PHT’s profits declined in 2009 and 2010, the victim of industry downsizing and increased competition from e- learning providers. By 2011, Pacific Suites was out of the online certification business and PHT was dissolved. The training program’s systems and records remained in Pacific Suites’ digital archives, un-accessed and unused. Briseño and Silva-Hayes moved on to work for other companies, and there was no plan for handling the archived data after the program ended. After PHT was dissolved, Pacific Suites executives turned their attention to crucial day-to-day operations. They planned to deal with the PHT materials once resources allowed.

In 2012, the Pacific Suites computer network was hacked. Malware installed on the online reservation system exposed the credit card information of hundreds of hotel guests. While targeting the financial data on the reservation site, hackers also discovered the archived training course data and registration accounts of Pacific Hospitality Training’s customers. The result of the hack was the exfiltration of the credit card numbers of recent hotel guests and the exfiltration of the PHT database with all its contents.

A Pacific Suites systems analyst discovered the information security breach in a routine scan of activity reports. Pacific Suites quickly notified credit card companies and recent hotel guests of the breach, attempting to prevent serious harm. Technical security engineers faced a challenge in dealing with the PHT data.
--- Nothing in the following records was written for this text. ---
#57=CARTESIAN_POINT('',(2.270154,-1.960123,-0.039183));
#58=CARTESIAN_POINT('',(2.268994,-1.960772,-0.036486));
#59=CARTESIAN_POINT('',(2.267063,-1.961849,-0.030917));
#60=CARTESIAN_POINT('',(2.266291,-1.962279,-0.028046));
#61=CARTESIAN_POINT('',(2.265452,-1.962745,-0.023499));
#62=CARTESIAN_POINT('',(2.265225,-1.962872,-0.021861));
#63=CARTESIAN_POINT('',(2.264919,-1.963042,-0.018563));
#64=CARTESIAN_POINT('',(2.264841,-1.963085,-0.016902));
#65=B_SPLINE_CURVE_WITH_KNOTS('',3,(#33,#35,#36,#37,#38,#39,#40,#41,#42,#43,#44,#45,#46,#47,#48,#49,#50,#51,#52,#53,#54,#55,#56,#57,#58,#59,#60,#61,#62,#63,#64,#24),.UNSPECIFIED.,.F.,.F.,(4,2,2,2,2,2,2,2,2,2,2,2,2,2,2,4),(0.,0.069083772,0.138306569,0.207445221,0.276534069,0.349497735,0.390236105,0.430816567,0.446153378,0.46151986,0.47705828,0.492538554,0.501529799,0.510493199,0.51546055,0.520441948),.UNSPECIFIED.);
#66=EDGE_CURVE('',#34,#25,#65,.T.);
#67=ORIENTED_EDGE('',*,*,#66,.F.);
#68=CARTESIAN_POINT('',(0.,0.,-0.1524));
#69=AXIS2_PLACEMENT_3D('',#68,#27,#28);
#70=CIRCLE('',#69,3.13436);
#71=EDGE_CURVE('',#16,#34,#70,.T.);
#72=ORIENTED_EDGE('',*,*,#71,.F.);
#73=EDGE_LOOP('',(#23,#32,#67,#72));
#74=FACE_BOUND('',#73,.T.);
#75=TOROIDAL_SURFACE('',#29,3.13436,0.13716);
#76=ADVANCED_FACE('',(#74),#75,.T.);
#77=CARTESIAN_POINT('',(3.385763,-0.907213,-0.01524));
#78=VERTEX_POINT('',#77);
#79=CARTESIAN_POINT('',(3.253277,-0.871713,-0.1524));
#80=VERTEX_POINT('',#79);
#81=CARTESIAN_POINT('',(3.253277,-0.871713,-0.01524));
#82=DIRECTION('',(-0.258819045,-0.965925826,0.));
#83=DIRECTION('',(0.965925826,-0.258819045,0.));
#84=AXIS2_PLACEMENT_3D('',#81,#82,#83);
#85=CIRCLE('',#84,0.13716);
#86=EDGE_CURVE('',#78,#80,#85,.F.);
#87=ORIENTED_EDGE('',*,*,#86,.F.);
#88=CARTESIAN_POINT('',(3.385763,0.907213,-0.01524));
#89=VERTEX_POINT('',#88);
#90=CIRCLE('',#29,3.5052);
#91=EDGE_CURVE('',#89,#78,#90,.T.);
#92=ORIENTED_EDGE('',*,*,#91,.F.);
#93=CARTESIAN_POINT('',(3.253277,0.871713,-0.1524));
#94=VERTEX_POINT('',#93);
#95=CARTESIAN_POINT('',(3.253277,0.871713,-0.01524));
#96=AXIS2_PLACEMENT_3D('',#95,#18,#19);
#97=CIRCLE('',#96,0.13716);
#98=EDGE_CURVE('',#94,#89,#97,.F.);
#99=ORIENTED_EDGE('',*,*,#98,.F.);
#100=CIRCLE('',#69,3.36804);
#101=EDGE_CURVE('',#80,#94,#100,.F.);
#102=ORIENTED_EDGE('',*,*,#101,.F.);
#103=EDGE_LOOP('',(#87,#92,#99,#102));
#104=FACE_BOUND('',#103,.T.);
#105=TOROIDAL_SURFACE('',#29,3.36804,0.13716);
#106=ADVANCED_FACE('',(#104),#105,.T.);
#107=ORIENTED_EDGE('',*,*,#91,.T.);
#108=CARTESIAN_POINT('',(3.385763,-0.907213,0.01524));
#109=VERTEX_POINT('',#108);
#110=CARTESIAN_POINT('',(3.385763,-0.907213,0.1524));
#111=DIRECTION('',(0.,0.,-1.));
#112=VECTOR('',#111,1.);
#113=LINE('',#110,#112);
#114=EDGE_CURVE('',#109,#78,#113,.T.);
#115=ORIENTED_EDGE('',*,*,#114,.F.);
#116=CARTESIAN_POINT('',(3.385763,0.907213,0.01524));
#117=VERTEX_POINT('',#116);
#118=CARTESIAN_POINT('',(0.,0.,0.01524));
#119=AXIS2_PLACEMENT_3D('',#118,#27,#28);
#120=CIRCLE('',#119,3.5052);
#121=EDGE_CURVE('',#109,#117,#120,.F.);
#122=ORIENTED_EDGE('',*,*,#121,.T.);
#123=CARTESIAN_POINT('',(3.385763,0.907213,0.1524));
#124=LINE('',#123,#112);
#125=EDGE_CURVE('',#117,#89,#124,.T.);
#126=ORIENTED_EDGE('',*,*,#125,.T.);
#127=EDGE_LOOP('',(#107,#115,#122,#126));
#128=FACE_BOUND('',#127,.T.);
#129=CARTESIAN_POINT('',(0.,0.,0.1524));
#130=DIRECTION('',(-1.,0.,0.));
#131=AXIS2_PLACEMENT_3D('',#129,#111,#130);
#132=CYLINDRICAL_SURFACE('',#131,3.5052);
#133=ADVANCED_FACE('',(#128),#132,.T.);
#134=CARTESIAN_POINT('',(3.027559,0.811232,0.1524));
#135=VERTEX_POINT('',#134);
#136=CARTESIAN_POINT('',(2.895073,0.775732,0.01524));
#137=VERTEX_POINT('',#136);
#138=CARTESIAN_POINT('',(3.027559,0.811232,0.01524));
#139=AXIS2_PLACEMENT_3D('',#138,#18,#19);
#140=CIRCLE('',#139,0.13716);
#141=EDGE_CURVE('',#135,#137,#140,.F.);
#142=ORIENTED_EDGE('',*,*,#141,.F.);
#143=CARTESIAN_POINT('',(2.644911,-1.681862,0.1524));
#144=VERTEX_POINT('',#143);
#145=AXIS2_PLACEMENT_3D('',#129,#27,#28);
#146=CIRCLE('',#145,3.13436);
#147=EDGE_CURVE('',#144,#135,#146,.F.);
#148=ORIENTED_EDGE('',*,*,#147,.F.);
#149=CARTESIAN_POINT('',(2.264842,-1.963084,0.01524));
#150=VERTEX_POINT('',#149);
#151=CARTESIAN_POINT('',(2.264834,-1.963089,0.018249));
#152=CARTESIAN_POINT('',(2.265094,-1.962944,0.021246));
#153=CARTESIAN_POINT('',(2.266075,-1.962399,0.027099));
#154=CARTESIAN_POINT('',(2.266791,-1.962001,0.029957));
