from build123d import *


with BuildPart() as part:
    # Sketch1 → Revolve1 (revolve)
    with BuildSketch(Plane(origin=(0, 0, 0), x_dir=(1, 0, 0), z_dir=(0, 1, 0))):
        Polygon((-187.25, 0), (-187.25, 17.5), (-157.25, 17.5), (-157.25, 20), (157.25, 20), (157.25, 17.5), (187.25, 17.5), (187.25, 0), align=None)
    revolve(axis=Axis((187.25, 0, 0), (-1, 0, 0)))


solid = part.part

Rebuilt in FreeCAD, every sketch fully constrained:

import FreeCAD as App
import Part
import Sketcher

V = App.Vector
Q = App.Units.Quantity

doc = App.newDocument("Part")
body = doc.addObject("PartDesign::Body", "Body")

# Sketch on XZ plane
sketch1 = body.newObject("Sketcher::SketchObject", "Sketch")
sketch1.AttachmentSupport = (doc.getObject("XZ_Plane"), [""])
sketch1.MapMode = "FlatFace"
sketch1.addGeometry([
    Part.LineSegment(V(-187.25, -17.5, 0), V(-187.25, 0, 0)),  # 0
    Part.LineSegment(V(-187.25, 0, 0), V(187.25, 0, 0)),  # 1
    Part.LineSegment(V(187.25, 0, 0), V(187.25, -17.5, 0)),  # 2
    Part.LineSegment(V(187.25, -17.5, 0), V(157.25, -17.5, 0)),  # 3
    Part.LineSegment(V(157.25, -17.5, 0), V(157.25, -20, 0)),  # 4
    Part.LineSegment(V(157.25, -20, 0), V(-157.25, -20, 0)),  # 5
    Part.LineSegment(V(-157.25, -20, 0), V(-157.25, -17.5, 0)),  # 6
    Part.LineSegment(V(-157.25, -17.5, 0), V(-187.25, -17.5, 0)),  # 7
], False)
sketch1.addConstraint([
    Sketcher.Constraint("Coincident", 0, 2, 1, 1),
    Sketcher.Constraint("Coincident", 1, 2, 2, 1),
    Sketcher.Constraint("Coincident", 2, 2, 3, 1),
    Sketcher.Constraint("Coincident", 3, 2, 4, 1),
    Sketcher.Constraint("Coincident", 4, 2, 5, 1),
    Sketcher.Constraint("Coincident", 5, 2, 6, 1),
    Sketcher.Constraint("Coincident", 6, 2, 7, 1),
    Sketcher.Constraint("Coincident", 7, 2, 0, 1),
    Sketcher.Constraint("Vertical", 0),
    Sketcher.Constraint("Horizontal", 1),
    Sketcher.Constraint("Vertical", 2),
    Sketcher.Constraint("Horizontal", 3),
    Sketcher.Constraint("Vertical", 4),
    Sketcher.Constraint("Horizontal", 5),
    Sketcher.Constraint("Vertical", 6),
    Sketcher.Constraint("Horizontal", 7),
    Sketcher.Constraint("Symmetric", 0, 2, 1, 2, -1, 1),
    Sketcher.Constraint("Symmetric", 3, 2, 6, 2, -2),
    Sketcher.Constraint("DistanceX", 3, 2, 3, 1, Q("30 mm")),
    Sketcher.Constraint("DistanceX", 1, 1, 1, 2, Q("374.5 mm")),
    Sketcher.Constraint("DistanceY", 0, 1, 0, 2, Q("17.5 mm")),
    Sketcher.Constraint("DistanceY", 4, 2, 4, 1, Q("2.5 mm")),
])
revolution = body.newObject("PartDesign::Revolution", "Revolution")
revolution.Profile = sketch1
revolution.ReferenceAxis = (sketch1, ["H_Axis"])
revolution.Angle = 360

doc.recompute()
PHT course administrators and the IT engineers did not have a system for tracking, cataloguing, and storing information. Pacific Suites has procedures in place for data access and storage, but those procedures were not implemented when PHT was formed. When the PHT database was acquired by Pacific Suites, it had no owner or oversight. By the time technical security engineers determined what private information was compromised, at least 8,000 credit card holders were potential victims of fraudulent activity.

How was Pacific Suites responsible for protecting the sensitive information of its offshoot, PHT?

A.

As the parent company, it should have transferred personnel to oversee the secure handling of PHT’s data.

B.

As the parent company, it should have performed an assessment of PHT’s infrastructure and confirmed complete separation of the two networks.

C.

As the parent company, it should have ensured its existing data access and storage procedures were integrated into PHT’s system.

D.

As the parent company, it should have replaced PHT’s electronic files with hard-copy documents stored securely on site.